RevRIR: Joint Reverberant Speech and Room Impulse Response Embedding using Contrastive Learning with Application to Room Shape Classification
Jacob Bitterman, Daniel Levi, Hilel Hagai Diamandi, Sharon Gannot, Tal Rosenwein
TL;DR
RevRIR addresses room fingerprinting from reverberant speech by learning a joint embedding space for reverberant speech and room impulse responses using a dual-encoder architecture with a symmetric contrastive loss. Pre-training aligns embeddings so room acoustics dominate, while fine-tuning attaches a linear classifier to one encoder for room-shape classification. The approach yields strong results on simulated data, with high accuracy for both 110-room and 3-room-type tasks, and demonstrates robustness to speaker/content variation through embedding visualization. This framework enables room fingerprinting directly from speech and has potential applications in forensics and virtual/augmented reality, with future work focusing on real-room validation. All results are grounded in $d=768$-dimensional embeddings and a loss that encourages same-room embeddings to be similar despite spoken content or speaker differences.
Abstract
This paper focuses on room fingerprinting, a task involving the analysis of an audio recording to determine the specific volume and shape of the room in which it was captured.

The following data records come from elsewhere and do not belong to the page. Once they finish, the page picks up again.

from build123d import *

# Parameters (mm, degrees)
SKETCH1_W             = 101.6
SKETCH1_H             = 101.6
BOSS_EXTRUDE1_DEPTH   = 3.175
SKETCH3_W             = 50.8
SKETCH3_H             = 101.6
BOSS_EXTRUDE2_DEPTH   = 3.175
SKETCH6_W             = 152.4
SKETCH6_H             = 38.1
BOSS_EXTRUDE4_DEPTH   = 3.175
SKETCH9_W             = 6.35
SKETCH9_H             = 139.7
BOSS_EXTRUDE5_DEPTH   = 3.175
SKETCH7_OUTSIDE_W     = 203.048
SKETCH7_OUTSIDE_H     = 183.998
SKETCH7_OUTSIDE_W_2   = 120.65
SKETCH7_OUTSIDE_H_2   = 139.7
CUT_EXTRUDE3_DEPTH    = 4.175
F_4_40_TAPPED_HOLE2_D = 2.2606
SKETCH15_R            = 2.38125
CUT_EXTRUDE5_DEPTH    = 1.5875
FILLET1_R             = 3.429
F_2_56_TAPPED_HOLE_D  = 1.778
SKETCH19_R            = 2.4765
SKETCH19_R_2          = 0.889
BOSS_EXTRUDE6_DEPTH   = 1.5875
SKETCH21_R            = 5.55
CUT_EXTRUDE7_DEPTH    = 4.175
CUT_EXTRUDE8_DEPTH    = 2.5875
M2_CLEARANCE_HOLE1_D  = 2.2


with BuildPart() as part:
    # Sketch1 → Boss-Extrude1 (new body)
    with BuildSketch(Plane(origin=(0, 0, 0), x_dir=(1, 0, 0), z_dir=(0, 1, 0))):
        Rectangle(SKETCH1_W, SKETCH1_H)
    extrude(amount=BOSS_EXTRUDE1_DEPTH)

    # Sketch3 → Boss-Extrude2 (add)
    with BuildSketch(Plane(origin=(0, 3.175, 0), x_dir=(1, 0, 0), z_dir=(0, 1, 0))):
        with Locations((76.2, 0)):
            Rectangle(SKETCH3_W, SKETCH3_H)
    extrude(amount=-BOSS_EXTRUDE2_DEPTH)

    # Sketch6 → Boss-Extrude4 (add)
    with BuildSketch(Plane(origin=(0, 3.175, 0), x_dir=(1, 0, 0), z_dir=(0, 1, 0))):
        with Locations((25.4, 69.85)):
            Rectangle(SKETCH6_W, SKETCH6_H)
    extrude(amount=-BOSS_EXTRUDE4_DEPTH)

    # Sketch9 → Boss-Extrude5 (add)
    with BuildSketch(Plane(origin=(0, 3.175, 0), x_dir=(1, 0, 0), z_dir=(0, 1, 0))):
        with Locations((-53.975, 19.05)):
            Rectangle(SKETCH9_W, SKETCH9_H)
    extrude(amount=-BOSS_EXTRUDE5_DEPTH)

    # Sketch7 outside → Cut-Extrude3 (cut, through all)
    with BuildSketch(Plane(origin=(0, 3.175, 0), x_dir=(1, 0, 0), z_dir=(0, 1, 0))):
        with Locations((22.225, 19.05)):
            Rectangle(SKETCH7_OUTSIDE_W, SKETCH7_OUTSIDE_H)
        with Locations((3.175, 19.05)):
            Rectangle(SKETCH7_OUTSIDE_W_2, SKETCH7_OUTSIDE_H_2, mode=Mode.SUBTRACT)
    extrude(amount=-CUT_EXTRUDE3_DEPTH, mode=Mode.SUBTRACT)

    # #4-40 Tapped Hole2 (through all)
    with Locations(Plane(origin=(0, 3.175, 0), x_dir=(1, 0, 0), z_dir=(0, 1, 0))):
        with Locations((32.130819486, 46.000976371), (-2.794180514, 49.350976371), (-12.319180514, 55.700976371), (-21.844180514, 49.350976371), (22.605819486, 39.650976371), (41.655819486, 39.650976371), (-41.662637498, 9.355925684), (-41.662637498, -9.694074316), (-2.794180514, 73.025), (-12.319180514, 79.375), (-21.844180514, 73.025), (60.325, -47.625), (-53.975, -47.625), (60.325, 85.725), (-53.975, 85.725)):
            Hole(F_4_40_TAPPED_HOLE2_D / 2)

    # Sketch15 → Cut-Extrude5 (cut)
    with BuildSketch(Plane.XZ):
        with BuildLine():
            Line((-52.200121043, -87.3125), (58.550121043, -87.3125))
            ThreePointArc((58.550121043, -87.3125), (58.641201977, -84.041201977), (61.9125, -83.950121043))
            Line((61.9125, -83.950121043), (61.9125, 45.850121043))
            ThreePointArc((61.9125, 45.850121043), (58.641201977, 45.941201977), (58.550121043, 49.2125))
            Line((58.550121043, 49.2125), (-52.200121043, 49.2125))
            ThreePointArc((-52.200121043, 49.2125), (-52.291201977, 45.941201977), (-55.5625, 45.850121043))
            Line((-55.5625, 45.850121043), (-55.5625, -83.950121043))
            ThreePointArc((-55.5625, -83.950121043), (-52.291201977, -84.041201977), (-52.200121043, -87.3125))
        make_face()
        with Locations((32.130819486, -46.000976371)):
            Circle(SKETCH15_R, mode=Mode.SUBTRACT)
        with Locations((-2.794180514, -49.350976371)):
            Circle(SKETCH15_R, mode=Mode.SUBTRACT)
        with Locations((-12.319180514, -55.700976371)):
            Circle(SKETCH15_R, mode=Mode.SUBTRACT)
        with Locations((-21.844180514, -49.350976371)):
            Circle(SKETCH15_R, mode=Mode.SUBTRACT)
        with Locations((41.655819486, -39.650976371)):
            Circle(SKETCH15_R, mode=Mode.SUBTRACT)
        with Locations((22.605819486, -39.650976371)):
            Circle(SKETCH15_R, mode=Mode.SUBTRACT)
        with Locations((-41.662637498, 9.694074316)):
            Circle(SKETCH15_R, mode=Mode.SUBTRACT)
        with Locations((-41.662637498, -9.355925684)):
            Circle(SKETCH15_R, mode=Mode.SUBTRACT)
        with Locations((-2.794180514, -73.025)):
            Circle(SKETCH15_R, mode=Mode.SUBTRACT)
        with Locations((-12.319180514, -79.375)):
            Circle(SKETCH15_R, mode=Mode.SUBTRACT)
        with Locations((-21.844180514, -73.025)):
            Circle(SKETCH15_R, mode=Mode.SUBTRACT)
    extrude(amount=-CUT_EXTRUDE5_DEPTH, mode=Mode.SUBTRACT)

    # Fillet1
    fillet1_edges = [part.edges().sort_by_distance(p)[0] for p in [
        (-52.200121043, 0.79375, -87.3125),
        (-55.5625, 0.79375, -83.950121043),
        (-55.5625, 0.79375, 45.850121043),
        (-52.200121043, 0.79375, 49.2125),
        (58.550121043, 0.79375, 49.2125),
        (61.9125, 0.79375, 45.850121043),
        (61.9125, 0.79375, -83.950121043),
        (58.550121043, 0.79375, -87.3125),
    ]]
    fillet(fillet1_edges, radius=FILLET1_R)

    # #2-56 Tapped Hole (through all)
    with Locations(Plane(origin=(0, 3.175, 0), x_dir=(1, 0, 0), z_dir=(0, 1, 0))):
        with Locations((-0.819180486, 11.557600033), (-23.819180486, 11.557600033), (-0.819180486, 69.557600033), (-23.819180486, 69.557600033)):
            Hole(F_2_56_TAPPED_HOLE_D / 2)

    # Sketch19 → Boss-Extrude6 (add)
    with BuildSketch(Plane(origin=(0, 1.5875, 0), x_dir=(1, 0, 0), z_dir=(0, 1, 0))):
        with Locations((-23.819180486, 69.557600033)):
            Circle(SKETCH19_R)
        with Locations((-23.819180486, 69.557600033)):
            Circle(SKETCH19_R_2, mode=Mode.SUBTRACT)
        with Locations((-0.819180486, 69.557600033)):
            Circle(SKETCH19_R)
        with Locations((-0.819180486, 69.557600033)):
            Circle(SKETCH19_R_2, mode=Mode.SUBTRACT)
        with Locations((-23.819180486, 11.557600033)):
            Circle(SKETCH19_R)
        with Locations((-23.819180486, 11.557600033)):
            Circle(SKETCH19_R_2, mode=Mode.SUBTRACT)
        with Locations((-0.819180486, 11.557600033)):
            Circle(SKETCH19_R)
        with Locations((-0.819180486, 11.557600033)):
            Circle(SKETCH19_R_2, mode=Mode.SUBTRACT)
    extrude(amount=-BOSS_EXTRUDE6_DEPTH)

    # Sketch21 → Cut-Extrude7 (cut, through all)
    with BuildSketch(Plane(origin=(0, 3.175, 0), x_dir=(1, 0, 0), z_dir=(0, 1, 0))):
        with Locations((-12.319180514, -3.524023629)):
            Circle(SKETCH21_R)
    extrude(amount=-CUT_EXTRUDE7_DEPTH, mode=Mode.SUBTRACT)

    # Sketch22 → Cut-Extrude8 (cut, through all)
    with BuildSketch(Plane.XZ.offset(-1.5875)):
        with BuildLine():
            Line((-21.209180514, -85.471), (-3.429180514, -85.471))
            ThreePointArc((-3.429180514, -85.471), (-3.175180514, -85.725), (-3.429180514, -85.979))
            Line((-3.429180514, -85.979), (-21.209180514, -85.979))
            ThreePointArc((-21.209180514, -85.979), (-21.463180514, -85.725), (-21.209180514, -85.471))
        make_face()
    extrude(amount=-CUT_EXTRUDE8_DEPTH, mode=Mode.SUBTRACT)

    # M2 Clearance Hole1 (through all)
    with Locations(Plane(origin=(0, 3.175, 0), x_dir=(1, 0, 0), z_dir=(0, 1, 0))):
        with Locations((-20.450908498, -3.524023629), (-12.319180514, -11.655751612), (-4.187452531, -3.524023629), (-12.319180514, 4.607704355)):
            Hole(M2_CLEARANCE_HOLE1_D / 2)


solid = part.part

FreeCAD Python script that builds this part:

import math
import FreeCAD as App
import Part
import Sketcher
Q = App.Units.Quantity


def edges_at(feature, points):
    """Names of the edges that pass closest to the given points."""
    edges = feature.Shape.Edges
    near = lambda p: min(range(len(edges)), key=lambda i: edges[i].distToShape(Part.Vertex(*p))[0])
    return sorted({f"Edge{near(p) + 1}" for p in points})


def add_polygon(sketch, points):
    """Adds a closed chain of lines whose ends are joined by coincident constraints."""
    first, n = sketch.GeometryCount, len(points)
    for a, b in zip(points, points[1:] + points[:1]):
        sketch.addGeometry(Part.LineSegment(App.Vector(*a, 0), App.Vector(*b, 0)), False)
    for i in range(n):
        sketch.addConstraint(Sketcher.Constraint("Coincident", first + i, 2, first + (i + 1) % n, 1))

doc = App.newDocument("Part")
body = doc.addObject("PartDesign::Body", "Body")

sketch1 = body.newObject("Sketcher::SketchObject", "Sketch")
sketch1.AttachmentSupport = (doc.getObject("XZ_Plane"), [""])
sketch1.MapMode = "FlatFace"
add_polygon(sketch1, [(-51, -51), (-51, 51), (51, 51), (51, -51)])
sketch1.addConstraint([
    Sketcher.Constraint("Vertical", 0),
    Sketcher.Constraint("Horizontal", 1),
    Sketcher.Constraint("Vertical", 2),
    Sketcher.Constraint("Horizontal", 3),
    Sketcher.Constraint("Symmetric", 0, 2, 2, 2, -1, 1),
    Sketcher.Constraint("Equal", 3, 0),
    Sketcher.Constraint("DistanceX", 1, 1, 1, 2, Q("4 in")),
])
pad1 = body.newObject("PartDesign::Pad", "Pad")
pad1.Profile = sketch1
pad1.Length = Q("0.125 in")
pad1.Reversed = True

sketch2 = body.newObject("Sketcher::SketchObject", "Sketch001")
sketch2.AttachmentSupport = (doc.getObject("XZ_Plane"), [""])
sketch2.MapMode = "FlatFace"
sketch2.AttachmentOffset = App.Placement(App.Vector(0, 0, -0.125 * 25.4), App.Rotation())
add_polygon(sketch2, [(51, -51), (51, 51), (102, 51), (102, -51)])
sketch2.addConstraint([
    Sketcher.Constraint("Vertical", 0),
    Sketcher.Constraint("Horizontal", 1),
    Sketcher.Constraint("Vertical", 2),
    Sketcher.Constraint("Horizontal", 3),
    Sketcher.Constraint("DistanceX", 1, 1, 1, 2, Q("2 in")),
    Sketcher.Constraint("DistanceY", 0, 1, 0, 2, Q("4 in")),
    Sketcher.Constraint("DistanceX", -1, 1, 0, 2, Q("2 in")),
    Sketcher.Constraint("DistanceY", -1, 1, 0, 2, Q("2 in")),
])
pad2 = body.newObject("PartDesign::Pad", "Pad001")
pad2.Profile = sketch2
pad2.Length = Q("0.125 in")

sketch3 = body.newObject("Sketcher::SketchObject", "Sketch002")
sketch3.AttachmentSupport = (doc.getObject("XZ_Plane"), [""])
sketch3.MapMode = "FlatFace"
sketch3.AttachmentOffset = App.Placement(App.Vector(0, 0, -0.125 * 25.4), App.Rotation())
add_polygon(sketch3, [(-51, -89), (-51, -51), (102, -51), (102, -89)])
sketch3.addConstraint([
    Sketcher.Constraint("Vertical", 0),
    Sketcher.Constraint("Horizontal", 1),
    Sketcher.Constraint("Vertical", 2),
    Sketcher.Constraint("Horizontal", 3),
    Sketcher.Constraint("DistanceX", 1, 1, 1, 2, Q("6 in")),
    Sketcher.Constraint("DistanceY", 0, 1, 0, 2, Q("1.5 in")),
    Sketcher.Constraint("DistanceX", 0, 2, -1, 1, Q("2 in")),
    Sketcher.Constraint("DistanceY", 0, 2, -1, 1, Q("2 in")),
])
pad3 = body.newObject("PartDesign::Pad", "Pad002")
pad3.Profile = sketch3
pad3.Length = Q("0.125 in")

sketch4 = body.newObject("Sketcher::SketchObject", "Sketch003")
sketch4.AttachmentSupport = (doc.getObject("XZ_Plane"), [""])
sketch4.MapMode = "FlatFace"
sketch4.AttachmentOffset = App.Placement(App.Vector(0, 0, -0.125 * 25.4), App.Rotation())
add_polygon(sketch4, [(-57, -89), (-57, 51), (-51, 51), (-51, -89)])
sketch4.addConstraint([
    Sketcher.Constraint("Vertical", 0),
    Sketcher.Constraint("Horizontal", 1),
    Sketcher.Constraint("Vertical", 2),
    Sketcher.Constraint("Horizontal", 3),
    Sketcher.Constraint("DistanceY", 0, 1, 0, 2, Q("5.5 in")),
    Sketcher.Constraint("DistanceY", -1, 1, 0, 2, Q("2 in")),
    Sketcher.Constraint("DistanceX", 1, 2, -1, 1, Q("2 in")),
    Sketcher.Constraint("DistanceX", 1, 1, 1, 2, Q("0.25 in")),
])
pad4 = body.newObject("PartDesign::Pad", "Pad003")
pad4.Profile = sketch4
pad4.Length = Q("0.125 in")

sketch5 = body.newObject("Sketcher::SketchObject", "Sketch004")
sketch5.AttachmentSupport = (doc.getObject("XZ_Plane"), [""])
sketch5.MapMode = "FlatFace"
sketch5.AttachmentOffset = App.Placement(App.Vector(0, 0, -0.125 * 25.4), App.Rotation())
add_polygon(sketch5, [(-79, -111), (-79, 73), (124, 73), (124, -111)])
add_polygon(sketch5, [(64, 51), (-57, 51), (-57, -89), (64, -89)])
sketch5.addConstraint([
    Sketcher.Constraint("Vertical", 0),
    Sketcher.Constraint("Horizontal", 1),
    Sketcher.Constraint("Vertical", 2),
    Sketcher.Constraint("Horizontal", 3),
    Sketcher.Constraint("Horizontal", 4),
    Sketcher.Constraint("Vertical", 5),
    Sketcher.Constraint("Horizontal", 6),
    Sketcher.Constraint("Vertical", 7),
    Sketcher.Constraint("DistanceY", 5, 2, 5, 1, Q("5.5 in")),
    Sketcher.Constraint("DistanceY", -1, 1, 4, 2, Q("2 in")),
    Sketcher.Constraint("DistanceX", 4, 2, 4, 1, Q("4.75 in")),
    Sketcher.Constraint("DistanceX", -1, 1, 6, 2, Q("2.5 in")),
    Sketcher.Constraint("DistanceX", 1, 1, 1, 2, Q("203.048 mm")),
    Sketcher.Constraint("DistanceY", 0, 1, 0, 2, Q("183.998 mm")),
    Sketcher.Constraint("DistanceX", 0, 2, -1, 1, Q("79.299 mm")),
    Sketcher.Constraint("DistanceY", -1, 1, 0, 2, Q("72.949 mm")),
])
pocket1 = body.newObject("PartDesign::Pocket", "Pocket")
pocket1.Profile = sketch5
pocket1.Type = "ThroughAll"
pocket1.Reversed = True

sketch6 = body.newObject("Sketcher::SketchObject", "Sketch005")
sketch6.AttachmentSupport = (doc.getObject("XZ_Plane"), [""])
sketch6.MapMode = "FlatFace"
sketch6.AttachmentOffset = App.Placement(App.Vector(0, 0, -0.125 * 25.4), App.Rotation())
sketch6.addGeometry([
    Part.Circle(App.Vector(32.1, -46, 0), App.Vector(0, 0, 1), 1.1),
    Part.Circle(App.Vector(-2.8, -49.4, 0), App.Vector(0, 0, 1), 1.1),
    Part.Circle(App.Vector(-12.3, -55.7, 0), App.Vector(0, 0, 1), 1.1),
    Part.Circle(App.Vector(-21.8, -49.4, 0), App.Vector(0, 0, 1), 1.1),
    Part.Circle(App.Vector(22.6, -39.7, 0), App.Vector(0, 0, 1), 1.1),
    Part.Circle(App.Vector(41.7, -39.7, 0), App.Vector(0, 0, 1), 1.1),
    Part.Circle(App.Vector(-41.7, -9.4, 0), App.Vector(0, 0, 1), 1.1),
    Part.Circle(App.Vector(-41.7, 9.7, 0), App.Vector(0, 0, 1), 1.1),
    Part.Circle(App.Vector(-2.8, -73, 0), App.Vector(0, 0, 1), 1.1),
    Part.Circle(App.Vector(-12.3, -79.4, 0), App.Vector(0, 0, 1), 1.1),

While it is relatively straightforward to determine the basic room parameters from the Room Impulse Responses (RIR), doing so from a speech signal is a cumbersome task. To address this challenge, we introduce a dual-encoder architecture that facilitates the estimation of room parameters directly from speech utterances. During pre-training, one encoder receives the RIR while the other processes the reverberant speech signal. A contrastive loss function is employed to embed the speech and the acoustic response jointly. In the fine-tuning stage, the specific classification task is trained. In the test phase, only the reverberant utterance is available, and its embedding is used for the task of room shape classification. The proposed scheme is extensively evaluated using simulated acoustic environments.